The query contained audio from Nine_Lives/05-Full_Circle.mp3 starting at 50.085 sec into the track. There were a total of 17 landmark hashes shared between the query and that track, and 14 of them had a consistent time offset. Generally, anything more than 5 or 6 consistently-timed matching hashes indicate a true match, and random chance will result in fewer than 1% of the raw common hashes being temporally consistent.

Merge a previously-computed database into an existing one:

> uv run audfprint merge --dbase fpdbase.pklz fpdbase0.pklz
Wed Apr  8 18:31:29 2015 Reading hash table fpdbase.pklz
Read fprints for 4 files ( 126989 hashes) from fpdbase.pklz
Read fprints for 9 files ( 280424 hashes) from fpdbase0.pklz
Saved fprints for 13 files ( 407413 hashes) to fpdbase.pklz

Merge two existing databases to create a new, third one:

> uv run audfprint newmerge --dbase fpdbase_new.pklz fpdbase.pklz fpdbase0.pklz
Read fprints for 4 files ( 126989 hashes) from fpdbase.pklz
Read fprints for 9 files ( 280424 hashes) from fpdbase0.pklz
Saved fprints for 13 files ( 407363 hashes) to fpdbase_new.pklz

Locating Matches

To find out not just that two files match, and not just the relative timing between them that makes them line up, but the exact time ranges that match in both query and reference files, use --find-time-range:

uv run audfprint match --dbase fpdbase.pklz query.mp3 --find-time-range
Sun Aug  9 18:13:54 2015 Reading hash table fpdbase.pklz
Read fprints for 9 files ( 158827 hashes) from fpdbase.pklz
Sun Aug  9 18:13:57 2015 Analyzed #0 query.mp3 of 5.619 s to 928 hashes
Matched    3.6 s starting at    0.8 s in query.mp3 to time   50.9 s in Nine_Lives/05-Full_Circle.mp3 with    12 of    39 common hashes at rank  0
Processed 1 files (5.8 s total dur) in 2.6 s sec = 0.451 x RT

Notice how the message includes the precise duration and time points in both query and reference item spanning the matches. Because a single spurious match elsewhere in the file can cause misleading results, these times are calculated after discarding a small number of the earliest and latest matches; this proportion is set by --time-quantile which is 0.01 by default (1% of matches ignored at beginning and end of match region when calculating match time range).

Tutorials

For a complete end-to-end example of batch processing and matching TV ads in recordings, see docs/batch-processing-tutorial.md.

Scaling

The fingerprint database records 2^20 (~1M) distinct fingerprints, with (by default) 100 entries for each fingerprint bucket. When the bucket fills, track entries are dropped at random; since matching depends only on making a minimum number of matches, but no particular match, dropping some of the more popular ones does not prevent matching. The Matlab version has been successfully used for databases of 100k+ tracks. Reducing the hash density (--density) leads to smaller reference database size, and the capacity to record more reference items before buckets begin to fill; a density of 7.0 works well.

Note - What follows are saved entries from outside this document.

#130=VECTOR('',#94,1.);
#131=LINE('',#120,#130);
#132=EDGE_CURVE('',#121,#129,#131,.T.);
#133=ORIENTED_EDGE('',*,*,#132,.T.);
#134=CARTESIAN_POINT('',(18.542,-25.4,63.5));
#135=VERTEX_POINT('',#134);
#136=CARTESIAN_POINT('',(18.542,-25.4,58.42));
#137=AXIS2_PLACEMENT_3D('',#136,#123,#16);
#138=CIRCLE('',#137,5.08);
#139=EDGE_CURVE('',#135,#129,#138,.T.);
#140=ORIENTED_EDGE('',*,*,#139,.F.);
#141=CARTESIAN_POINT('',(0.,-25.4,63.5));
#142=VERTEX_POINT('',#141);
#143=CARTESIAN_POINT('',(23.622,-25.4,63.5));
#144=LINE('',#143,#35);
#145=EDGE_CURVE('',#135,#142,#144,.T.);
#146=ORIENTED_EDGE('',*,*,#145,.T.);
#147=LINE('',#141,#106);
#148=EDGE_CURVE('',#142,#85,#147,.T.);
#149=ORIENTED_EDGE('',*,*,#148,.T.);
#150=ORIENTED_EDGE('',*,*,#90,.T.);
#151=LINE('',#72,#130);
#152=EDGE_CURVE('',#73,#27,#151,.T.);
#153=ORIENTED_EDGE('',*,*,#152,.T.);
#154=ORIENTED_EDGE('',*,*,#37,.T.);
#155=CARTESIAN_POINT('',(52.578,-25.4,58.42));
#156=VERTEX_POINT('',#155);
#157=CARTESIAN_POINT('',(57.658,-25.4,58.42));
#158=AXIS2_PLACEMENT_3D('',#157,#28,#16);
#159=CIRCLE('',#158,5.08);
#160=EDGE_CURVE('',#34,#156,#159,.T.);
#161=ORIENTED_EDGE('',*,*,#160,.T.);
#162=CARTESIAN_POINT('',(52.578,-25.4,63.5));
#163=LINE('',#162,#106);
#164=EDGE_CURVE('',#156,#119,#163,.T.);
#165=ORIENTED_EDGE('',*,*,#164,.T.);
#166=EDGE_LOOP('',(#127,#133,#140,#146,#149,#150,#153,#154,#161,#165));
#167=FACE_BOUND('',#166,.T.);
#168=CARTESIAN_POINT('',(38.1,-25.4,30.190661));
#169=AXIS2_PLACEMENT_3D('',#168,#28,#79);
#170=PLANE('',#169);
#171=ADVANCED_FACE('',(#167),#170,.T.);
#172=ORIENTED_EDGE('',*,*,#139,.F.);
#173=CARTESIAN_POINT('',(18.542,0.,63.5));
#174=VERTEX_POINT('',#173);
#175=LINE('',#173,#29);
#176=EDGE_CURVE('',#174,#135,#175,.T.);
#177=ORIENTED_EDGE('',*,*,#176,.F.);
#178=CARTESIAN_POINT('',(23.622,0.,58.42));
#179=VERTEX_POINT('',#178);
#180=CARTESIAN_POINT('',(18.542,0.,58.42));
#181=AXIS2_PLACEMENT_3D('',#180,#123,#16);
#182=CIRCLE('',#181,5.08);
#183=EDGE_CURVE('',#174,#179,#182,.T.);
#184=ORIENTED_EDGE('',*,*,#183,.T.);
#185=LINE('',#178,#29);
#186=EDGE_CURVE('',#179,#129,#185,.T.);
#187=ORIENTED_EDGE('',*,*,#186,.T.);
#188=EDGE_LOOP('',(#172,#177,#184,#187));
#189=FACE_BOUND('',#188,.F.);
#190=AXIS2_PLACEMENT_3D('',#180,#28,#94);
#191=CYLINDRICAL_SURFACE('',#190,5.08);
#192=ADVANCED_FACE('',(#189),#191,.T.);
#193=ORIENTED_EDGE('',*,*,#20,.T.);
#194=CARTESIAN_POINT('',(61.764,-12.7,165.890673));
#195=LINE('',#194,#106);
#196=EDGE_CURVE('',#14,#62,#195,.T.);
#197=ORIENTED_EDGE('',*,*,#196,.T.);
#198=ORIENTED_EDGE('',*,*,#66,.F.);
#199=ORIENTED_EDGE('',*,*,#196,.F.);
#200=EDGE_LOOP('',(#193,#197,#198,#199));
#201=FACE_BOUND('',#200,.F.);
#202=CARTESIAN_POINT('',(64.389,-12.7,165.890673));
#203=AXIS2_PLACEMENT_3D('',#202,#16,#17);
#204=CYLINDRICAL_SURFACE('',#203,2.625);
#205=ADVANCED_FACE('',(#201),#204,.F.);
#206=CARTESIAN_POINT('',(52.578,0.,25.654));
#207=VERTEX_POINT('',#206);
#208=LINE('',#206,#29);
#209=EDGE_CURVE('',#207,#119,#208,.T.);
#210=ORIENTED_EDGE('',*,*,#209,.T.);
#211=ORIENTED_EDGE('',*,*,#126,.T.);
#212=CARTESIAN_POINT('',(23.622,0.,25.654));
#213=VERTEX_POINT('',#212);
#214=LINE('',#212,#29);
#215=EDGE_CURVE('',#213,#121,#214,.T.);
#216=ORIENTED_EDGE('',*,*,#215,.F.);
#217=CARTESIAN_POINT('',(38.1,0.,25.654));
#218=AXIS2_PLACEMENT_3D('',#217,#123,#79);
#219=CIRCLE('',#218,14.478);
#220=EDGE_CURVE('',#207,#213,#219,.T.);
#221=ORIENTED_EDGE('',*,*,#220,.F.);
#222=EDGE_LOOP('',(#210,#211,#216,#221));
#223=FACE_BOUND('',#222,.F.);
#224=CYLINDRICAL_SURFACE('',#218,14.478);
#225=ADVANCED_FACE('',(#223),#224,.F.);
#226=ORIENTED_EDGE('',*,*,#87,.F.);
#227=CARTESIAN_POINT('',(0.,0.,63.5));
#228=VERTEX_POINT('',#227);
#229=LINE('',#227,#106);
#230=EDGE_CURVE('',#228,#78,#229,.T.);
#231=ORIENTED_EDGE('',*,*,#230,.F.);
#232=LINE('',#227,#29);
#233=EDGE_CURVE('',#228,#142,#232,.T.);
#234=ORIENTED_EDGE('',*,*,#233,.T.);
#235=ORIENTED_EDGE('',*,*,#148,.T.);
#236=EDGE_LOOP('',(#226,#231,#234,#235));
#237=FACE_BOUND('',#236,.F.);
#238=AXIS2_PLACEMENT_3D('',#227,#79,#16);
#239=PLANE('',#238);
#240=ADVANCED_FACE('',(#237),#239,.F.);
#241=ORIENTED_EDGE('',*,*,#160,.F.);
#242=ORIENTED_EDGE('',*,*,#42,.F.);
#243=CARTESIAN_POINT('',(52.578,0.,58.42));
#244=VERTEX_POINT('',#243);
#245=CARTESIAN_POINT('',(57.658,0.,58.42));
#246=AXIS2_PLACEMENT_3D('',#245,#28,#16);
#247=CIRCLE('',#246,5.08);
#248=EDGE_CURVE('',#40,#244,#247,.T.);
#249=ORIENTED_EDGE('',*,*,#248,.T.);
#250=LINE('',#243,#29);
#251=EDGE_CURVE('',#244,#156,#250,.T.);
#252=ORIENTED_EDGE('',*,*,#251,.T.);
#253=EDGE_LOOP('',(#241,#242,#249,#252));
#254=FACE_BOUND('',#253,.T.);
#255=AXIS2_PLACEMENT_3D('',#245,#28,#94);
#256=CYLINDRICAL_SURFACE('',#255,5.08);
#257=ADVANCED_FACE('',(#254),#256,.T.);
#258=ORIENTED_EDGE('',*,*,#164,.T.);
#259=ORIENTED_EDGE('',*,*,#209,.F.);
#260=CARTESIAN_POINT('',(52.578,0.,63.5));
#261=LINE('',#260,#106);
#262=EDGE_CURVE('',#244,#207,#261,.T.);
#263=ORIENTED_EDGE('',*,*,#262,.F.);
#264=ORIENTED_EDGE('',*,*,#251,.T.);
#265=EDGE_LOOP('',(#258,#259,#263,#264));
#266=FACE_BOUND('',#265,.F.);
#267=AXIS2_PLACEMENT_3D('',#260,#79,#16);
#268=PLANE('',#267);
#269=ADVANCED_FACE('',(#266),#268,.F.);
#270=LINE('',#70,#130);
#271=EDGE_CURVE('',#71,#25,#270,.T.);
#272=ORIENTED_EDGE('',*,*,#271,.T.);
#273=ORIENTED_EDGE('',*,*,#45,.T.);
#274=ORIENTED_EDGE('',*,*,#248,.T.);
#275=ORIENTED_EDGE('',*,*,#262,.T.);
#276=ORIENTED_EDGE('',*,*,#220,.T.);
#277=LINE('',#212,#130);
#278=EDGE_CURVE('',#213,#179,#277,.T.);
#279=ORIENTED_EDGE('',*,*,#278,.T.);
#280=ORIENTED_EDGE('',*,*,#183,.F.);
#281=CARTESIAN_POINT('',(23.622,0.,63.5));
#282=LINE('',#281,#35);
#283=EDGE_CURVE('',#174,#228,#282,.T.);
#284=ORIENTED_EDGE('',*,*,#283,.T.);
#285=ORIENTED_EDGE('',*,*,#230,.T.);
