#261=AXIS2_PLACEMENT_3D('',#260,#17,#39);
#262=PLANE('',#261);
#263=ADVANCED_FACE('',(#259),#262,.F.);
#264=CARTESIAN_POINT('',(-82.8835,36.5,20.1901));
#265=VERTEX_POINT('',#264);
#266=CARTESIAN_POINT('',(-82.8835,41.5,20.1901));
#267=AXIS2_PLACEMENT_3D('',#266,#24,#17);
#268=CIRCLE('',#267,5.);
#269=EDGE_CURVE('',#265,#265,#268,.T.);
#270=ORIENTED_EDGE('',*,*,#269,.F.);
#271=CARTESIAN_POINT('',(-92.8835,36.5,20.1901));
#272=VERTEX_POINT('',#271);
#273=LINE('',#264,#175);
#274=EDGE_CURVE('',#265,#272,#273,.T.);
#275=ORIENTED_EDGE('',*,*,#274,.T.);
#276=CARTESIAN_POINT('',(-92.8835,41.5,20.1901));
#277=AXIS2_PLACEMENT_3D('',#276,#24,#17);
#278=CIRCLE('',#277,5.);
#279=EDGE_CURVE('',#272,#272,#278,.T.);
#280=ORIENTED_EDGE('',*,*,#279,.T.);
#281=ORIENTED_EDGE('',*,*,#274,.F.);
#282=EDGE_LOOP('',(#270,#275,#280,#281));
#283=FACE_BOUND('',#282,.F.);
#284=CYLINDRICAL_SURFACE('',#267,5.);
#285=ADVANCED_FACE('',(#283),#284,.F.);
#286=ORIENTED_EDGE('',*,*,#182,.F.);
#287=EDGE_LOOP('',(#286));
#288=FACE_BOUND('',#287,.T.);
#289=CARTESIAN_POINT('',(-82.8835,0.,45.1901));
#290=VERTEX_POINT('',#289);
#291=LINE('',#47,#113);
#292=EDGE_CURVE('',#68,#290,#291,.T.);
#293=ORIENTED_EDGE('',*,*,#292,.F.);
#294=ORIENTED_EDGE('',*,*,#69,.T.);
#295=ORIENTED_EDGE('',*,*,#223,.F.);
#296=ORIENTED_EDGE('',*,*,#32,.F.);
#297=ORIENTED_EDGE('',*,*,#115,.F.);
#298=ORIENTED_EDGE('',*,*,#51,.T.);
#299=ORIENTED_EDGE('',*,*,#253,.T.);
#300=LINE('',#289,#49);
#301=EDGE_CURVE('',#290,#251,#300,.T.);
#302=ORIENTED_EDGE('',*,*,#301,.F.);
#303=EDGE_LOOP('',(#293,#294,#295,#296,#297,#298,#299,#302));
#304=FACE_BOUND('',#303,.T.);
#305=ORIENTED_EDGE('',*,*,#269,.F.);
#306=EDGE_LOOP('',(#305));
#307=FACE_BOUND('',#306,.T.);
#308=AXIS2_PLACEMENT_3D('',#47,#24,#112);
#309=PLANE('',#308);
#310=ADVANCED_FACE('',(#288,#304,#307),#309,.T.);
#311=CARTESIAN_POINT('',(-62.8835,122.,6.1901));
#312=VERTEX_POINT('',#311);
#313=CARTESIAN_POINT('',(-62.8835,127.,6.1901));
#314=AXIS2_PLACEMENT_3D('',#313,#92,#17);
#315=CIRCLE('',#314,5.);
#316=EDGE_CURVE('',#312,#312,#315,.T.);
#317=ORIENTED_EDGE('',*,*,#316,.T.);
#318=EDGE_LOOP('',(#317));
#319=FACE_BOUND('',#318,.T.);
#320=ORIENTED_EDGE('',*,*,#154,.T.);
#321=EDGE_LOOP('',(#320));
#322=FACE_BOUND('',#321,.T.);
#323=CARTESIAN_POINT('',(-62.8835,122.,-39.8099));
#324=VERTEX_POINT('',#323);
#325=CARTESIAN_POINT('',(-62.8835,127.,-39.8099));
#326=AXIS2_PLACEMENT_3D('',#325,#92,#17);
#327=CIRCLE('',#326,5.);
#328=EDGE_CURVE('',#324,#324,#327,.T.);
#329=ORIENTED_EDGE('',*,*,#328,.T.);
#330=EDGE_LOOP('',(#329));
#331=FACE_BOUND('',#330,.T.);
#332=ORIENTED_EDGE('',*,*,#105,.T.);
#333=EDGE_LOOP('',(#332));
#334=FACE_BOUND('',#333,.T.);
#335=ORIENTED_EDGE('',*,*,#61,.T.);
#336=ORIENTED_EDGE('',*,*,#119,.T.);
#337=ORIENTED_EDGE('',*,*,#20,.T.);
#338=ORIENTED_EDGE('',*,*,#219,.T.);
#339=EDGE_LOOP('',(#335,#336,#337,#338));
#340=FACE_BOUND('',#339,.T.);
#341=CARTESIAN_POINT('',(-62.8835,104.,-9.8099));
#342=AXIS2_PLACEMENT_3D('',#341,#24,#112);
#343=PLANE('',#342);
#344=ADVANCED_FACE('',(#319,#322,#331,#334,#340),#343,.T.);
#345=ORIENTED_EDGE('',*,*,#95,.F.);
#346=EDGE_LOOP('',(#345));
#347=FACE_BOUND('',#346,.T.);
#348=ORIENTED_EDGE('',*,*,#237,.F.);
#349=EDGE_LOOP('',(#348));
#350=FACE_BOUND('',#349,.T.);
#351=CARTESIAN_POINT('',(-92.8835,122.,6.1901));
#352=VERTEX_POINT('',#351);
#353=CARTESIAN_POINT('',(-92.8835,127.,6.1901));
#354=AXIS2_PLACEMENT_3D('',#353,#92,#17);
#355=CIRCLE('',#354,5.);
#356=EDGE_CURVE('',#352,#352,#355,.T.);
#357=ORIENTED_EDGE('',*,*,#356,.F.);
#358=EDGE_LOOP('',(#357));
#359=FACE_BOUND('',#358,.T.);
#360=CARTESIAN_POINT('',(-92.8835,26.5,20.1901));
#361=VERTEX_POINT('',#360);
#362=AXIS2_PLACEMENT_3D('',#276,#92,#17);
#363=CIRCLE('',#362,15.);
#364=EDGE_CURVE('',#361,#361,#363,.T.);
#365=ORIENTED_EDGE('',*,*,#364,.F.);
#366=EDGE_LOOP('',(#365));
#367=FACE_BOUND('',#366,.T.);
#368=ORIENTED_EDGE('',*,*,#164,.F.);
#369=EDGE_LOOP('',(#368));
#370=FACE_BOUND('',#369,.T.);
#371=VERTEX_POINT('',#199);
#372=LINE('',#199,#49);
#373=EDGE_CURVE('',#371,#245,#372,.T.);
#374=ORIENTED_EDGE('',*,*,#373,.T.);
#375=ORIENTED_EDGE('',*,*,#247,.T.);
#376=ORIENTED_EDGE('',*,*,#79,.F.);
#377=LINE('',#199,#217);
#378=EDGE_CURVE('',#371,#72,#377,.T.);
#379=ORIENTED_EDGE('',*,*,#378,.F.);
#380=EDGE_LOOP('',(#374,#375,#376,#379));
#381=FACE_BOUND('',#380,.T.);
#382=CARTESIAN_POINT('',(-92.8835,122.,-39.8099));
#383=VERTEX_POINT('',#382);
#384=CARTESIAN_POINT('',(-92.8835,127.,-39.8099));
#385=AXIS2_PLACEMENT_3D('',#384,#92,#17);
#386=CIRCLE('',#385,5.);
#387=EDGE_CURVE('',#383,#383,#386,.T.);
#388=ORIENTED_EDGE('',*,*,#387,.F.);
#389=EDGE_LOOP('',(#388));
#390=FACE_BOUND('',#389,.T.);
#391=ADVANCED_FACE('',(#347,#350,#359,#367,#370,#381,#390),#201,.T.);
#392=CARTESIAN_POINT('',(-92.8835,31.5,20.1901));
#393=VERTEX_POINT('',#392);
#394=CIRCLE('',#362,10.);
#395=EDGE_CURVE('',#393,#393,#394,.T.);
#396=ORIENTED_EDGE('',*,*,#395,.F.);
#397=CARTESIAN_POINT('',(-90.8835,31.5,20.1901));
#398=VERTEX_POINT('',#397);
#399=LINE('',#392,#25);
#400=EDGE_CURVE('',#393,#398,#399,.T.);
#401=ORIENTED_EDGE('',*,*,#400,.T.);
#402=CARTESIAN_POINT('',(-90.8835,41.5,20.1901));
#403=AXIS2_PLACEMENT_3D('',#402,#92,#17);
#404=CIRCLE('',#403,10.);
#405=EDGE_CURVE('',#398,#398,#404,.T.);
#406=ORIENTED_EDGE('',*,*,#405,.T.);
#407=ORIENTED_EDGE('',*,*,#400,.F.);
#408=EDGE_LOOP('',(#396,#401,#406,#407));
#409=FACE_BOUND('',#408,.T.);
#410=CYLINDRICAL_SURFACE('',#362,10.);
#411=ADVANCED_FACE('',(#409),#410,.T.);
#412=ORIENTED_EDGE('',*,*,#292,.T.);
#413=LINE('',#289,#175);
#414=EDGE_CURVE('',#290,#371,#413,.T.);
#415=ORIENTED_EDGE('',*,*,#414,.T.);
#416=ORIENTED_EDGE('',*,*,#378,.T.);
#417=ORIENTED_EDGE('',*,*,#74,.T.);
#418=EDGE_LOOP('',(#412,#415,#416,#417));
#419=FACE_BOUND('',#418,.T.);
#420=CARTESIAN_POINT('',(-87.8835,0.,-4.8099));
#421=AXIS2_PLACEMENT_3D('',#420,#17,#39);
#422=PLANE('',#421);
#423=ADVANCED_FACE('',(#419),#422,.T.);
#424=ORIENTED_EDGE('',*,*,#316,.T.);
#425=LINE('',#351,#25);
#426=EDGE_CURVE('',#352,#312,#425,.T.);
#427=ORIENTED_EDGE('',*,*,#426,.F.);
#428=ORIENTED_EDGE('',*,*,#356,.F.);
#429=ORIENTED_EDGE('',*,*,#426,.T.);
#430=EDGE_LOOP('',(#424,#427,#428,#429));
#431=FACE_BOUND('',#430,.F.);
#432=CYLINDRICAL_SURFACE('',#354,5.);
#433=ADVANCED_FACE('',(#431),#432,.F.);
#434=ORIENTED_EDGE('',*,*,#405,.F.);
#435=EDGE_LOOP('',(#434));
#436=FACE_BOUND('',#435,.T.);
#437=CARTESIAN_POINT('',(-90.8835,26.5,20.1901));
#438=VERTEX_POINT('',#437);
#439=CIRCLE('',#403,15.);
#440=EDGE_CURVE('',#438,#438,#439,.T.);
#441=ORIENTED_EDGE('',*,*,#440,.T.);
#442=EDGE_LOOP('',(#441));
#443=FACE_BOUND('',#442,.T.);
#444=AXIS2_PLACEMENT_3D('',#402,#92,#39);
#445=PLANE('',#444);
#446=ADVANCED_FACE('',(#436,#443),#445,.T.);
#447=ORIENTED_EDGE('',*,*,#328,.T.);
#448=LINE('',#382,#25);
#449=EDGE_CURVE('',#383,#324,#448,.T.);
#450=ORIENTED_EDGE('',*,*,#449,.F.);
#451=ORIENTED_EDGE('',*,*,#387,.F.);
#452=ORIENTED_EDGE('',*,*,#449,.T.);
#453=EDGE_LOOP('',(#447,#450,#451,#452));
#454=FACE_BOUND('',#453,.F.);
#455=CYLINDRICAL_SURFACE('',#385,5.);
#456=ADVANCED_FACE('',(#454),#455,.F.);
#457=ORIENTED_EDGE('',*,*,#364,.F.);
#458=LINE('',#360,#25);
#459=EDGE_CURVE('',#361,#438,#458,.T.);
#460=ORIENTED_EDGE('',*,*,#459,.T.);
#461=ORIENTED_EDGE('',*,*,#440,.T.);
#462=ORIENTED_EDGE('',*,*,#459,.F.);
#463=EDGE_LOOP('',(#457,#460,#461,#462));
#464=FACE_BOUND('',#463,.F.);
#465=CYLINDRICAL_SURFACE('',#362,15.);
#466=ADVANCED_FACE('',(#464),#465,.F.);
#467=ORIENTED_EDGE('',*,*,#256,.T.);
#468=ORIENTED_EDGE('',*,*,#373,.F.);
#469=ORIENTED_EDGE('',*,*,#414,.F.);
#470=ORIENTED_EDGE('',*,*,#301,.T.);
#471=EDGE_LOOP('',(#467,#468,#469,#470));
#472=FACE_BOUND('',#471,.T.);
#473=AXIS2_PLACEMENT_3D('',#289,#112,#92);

Times (in units of 256 samples, i.e., 23 ms at the default 11kHz sampling rate) are stored in the bottom 14 bits of each database entry, meaning that times larger than 2^14*0.023 = 380 sec, or about 6 mins, are aliased. If you want to correctly identify time offsets in tracks longer than this, you need to use a larger --maxtimebits; e.g. --maxtimebits 16 increases the time range to 65,536 frames, or about 25 minutes at 11 kHz. The trade-off is that the remaining bits in each 32 bit entry (i.e., 18 bits for the default 14 bit times) are used to store the track ID. Thus, by default, the database can only remember 2^18 = 262k tracks; using a larger --maxtimebits will reduce this; similarly, you can increase the number of distinct tracks by reducing --maxtimebits, which doesn't prevent matching tracks, but progressively reduces discrimination as the number of distinct time slots reduces (and can make the reported time offsets, and time ranges for --find-time-ranges, completely wrong for longer tracks).